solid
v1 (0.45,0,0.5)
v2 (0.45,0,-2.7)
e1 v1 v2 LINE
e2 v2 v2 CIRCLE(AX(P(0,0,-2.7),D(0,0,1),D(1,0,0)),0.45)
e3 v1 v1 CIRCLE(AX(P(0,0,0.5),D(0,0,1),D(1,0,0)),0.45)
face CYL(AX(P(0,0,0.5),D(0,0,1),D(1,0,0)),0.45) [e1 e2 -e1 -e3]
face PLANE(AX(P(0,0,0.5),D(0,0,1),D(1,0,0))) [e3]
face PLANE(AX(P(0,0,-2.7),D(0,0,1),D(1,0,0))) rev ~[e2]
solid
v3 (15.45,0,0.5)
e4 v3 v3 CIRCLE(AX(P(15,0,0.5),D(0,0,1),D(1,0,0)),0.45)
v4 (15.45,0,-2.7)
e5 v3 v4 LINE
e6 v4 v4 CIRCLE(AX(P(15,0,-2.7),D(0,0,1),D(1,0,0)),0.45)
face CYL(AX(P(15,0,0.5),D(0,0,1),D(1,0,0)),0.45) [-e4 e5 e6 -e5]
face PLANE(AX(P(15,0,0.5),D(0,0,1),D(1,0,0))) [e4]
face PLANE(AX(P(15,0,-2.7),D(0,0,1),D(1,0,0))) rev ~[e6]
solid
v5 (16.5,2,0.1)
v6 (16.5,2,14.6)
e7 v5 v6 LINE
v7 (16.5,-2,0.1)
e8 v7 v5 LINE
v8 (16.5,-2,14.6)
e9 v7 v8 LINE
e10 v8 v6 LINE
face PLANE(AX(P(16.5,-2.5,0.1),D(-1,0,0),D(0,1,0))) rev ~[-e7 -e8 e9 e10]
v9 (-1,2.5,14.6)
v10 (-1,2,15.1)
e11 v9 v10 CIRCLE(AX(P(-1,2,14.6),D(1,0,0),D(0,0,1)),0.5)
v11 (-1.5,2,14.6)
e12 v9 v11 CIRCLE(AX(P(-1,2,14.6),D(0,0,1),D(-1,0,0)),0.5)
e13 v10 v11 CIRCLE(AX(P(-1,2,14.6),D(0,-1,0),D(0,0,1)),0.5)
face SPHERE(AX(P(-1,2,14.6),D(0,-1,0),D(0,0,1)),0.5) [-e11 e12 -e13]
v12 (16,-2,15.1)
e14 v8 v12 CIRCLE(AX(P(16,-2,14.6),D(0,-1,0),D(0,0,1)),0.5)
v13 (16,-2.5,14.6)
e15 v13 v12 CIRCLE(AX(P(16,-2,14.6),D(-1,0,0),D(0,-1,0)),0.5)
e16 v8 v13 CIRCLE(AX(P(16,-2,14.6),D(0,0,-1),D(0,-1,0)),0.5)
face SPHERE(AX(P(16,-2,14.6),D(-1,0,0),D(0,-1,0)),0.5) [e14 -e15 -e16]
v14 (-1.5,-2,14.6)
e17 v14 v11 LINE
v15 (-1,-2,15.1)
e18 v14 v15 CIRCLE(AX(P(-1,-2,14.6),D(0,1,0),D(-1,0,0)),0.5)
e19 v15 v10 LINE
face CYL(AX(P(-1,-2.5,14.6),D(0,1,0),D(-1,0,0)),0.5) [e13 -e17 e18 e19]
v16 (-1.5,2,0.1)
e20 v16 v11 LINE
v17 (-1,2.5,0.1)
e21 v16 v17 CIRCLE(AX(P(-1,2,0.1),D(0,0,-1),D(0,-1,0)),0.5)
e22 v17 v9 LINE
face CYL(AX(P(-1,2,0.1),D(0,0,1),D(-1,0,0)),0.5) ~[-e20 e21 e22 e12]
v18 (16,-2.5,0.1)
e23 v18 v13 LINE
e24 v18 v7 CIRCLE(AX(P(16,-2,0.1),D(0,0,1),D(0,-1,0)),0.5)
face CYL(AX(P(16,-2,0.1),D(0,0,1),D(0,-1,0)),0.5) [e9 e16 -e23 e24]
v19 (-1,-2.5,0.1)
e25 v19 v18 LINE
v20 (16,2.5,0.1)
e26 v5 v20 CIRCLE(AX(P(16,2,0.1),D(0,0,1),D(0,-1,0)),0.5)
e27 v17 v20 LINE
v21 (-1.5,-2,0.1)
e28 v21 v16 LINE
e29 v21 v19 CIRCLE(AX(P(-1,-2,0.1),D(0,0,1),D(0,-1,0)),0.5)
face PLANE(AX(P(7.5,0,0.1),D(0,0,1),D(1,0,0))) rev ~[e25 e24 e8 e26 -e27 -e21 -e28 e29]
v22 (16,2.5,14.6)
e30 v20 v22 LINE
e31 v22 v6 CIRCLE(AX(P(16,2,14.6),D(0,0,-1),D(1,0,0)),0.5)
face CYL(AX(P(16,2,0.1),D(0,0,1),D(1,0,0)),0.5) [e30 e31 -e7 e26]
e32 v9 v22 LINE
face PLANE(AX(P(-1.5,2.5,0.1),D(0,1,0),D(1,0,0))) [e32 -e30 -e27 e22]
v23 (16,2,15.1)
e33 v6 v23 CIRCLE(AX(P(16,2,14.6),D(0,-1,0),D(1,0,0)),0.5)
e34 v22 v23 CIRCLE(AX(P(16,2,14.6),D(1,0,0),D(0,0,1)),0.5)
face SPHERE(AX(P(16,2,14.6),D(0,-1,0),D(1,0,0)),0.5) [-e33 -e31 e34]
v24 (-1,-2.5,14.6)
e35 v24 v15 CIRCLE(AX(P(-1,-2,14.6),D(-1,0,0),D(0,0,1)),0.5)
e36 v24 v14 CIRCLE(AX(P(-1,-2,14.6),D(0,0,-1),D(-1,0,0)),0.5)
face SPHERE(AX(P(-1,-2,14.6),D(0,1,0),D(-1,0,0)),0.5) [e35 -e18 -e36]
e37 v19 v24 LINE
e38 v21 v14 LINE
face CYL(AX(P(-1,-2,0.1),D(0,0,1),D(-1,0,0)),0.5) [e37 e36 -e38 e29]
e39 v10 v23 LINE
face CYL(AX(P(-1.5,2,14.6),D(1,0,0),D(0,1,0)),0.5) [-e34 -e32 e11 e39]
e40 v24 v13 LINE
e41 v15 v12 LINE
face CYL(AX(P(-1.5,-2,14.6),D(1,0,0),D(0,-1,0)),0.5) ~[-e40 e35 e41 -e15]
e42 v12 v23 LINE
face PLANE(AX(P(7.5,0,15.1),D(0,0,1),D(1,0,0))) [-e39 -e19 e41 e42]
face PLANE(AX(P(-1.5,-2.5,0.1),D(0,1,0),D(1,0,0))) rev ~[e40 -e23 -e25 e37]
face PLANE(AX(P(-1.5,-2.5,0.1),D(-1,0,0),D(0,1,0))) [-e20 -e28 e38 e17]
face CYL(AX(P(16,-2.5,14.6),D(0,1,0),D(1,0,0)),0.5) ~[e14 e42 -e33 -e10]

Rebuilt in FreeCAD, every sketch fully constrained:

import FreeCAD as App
import Part
import Sketcher
from FreeCAD import Vector
Q = App.Units.Quantity


def edges_at(feature, points):
    """Names of the edges that pass closest to the given points."""
    edges = feature.Shape.Edges
    near = lambda p: min(range(len(edges)), key=lambda i: edges[i].distToShape(Part.Vertex(*p))[0])
    return sorted({f"Edge{near(p) + 1}" for p in points})


def add_polygon(sketch, points):
    """Adds a closed chain of lines whose ends are joined by coincident constraints."""
    first, n = sketch.GeometryCount, len(points)
    for a, b in zip(points, points[1:] + points[:1]):
        sketch.addGeometry(Part.LineSegment(App.Vector(*a, 0), App.Vector(*b, 0)), False)
    for i in range(n):
        sketch.addConstraint(Sketcher.Constraint("Coincident", first + i, 2, first + (i + 1) % n, 1))

doc = App.newDocument("Part")
params = doc.addObject("Spreadsheet::Sheet", "Params")
for row, (alias, value) in enumerate([
    ("sketch1_width", "18 mm"),
    ("sketch1_height", "5 mm"),
    ("pad1_length", "15 mm"),
    ("fillet_radius", "0.5 mm"),
    ("sketch2_diameter", "0.9 mm"),
    ("pad2_length", "3.2 mm"),
], start=1):
    params.set(f"A{row}", alias)
    params.set(f"B{row}", "=" + value)
    params.setAlias(f"B{row}", alias)

body = doc.addObject("PartDesign::Body", "Body")

sketch1 = body.newObject("Sketcher::SketchObject", "Sketch")
sketch1.AttachmentSupport = (doc.getObject("XY_Plane"), [""])
sketch1.MapMode = "FlatFace"
sketch1.AttachmentOffset = App.Placement(Vector(0, 0, 0.1), App.Rotation())
add_polygon(sketch1, [(-2, 2), (-2, -2), (16, -2), (16, 2)])
sketch1.addConstraint([
    Sketcher.Constraint("Vertical", 0),
    Sketcher.Constraint("Horizontal", 1),
    Sketcher.Constraint("Vertical", 2),
    Sketcher.Constraint("Horizontal", 3),
    Sketcher.Constraint("DistanceX", 1, 1, 1, 2, Q("18 mm")),
    Sketcher.Constraint("DistanceY", 0, 2, 0, 1, Q("5 mm")),
    Sketcher.Constraint("DistanceX", 0, 2, -1, 1, Q("1.5 mm")),
    Sketcher.Constraint("DistanceY", 0, 2, -1, 1, Q("2.5 mm")),
])
sketch1.setExpression("Constraints[8]", "Params.sketch1_width")
sketch1.setExpression("Constraints[9]", "Params.sketch1_height")
pad1 = body.newObject("PartDesign::Pad", "Pad")
pad1.Profile = sketch1
pad1.setExpression("Length", "Params.pad1_length")
doc.recompute()

fillet = body.newObject("PartDesign::Fillet", "Fillet")
fillet.Base = (pad1, edges_at(pad1, [
    (-1.5, 0, 15.1),
    (-1.5, -2.5, 7.6),
    (7.5, -2.5, 15.1),
    (16.5, -2.5, 7.6),
    (16.5, 0, 15.1),
    (16.5, 2.5, 7.6),
    (7.5, 2.5, 15.1),
    (-1.5, 2.5, 7.6),
]))
fillet.setExpression("Radius", "Params.fillet_radius")
body2 = doc.addObject("PartDesign::Body", "Body001")
body2.AllowCompound = True

sketch2 = body2.newObject("Sketcher::SketchObject", "Sketch001")
sketch2.AttachmentSupport = (doc.getObject("XY_Plane001"), [""])
sketch2.MapMode = "FlatFace"
sketch2.AttachmentOffset = App.Placement(Vector(0, 0, 0.5), App.Rotation())
sketch2.addGeometry([
    Part.Circle(Vector(0, 0, 0), Vector(0, 0, 1), 0.45),
    Part.Circle(Vector(15, 0, 0), Vector(0, 0, 1), 0.45),
], False)
sketch2.addConstraint([
    Sketcher.Constraint("Coincident", 0, 3, -1, 1),
    Sketcher.Constraint("Equal", 0, 1),
    Sketcher.Constraint("PointOnObject", 1, 3, -1),
    Sketcher.Constraint("Diameter", 0, Q("0.9 mm")),
    Sketcher.Constraint("DistanceX", -1, 1, 1, 3, Q("15 mm")),
])
sketch2.setExpression("Constraints[3]", "Params.sketch2_diameter")
pad2 = body2.newObject("PartDesign::Pad", "Pad001")
pad2.Profile = sketch2
pad2.setExpression("Length", "Params.pad2_length")
pad2.Reversed = True

doc.recompute()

^^^^^^^^

Task to carry out: Scan the data, and report each line that uses the word "SPHERE".

Answer for this exercise:
face SPHERE(AX(P(-1,2,14.6),D(0,-1,0),D(0,0,1)),0.5) [-e11 e12 -e13]
face SPHERE(AX(P(16,-2,14.6),D(-1,0,0),D(0,-1,0)),0.5) [e14 -e15 -e16]
face SPHERE(AX(P(16,2,14.6),D(0,-1,0),D(1,0,0)),0.5) [-e33 -e31 e34]
face SPHERE(AX(P(-1,-2,14.6),D(0,1,0),D(-1,0,0)),0.5) [e35 -e18 -e36]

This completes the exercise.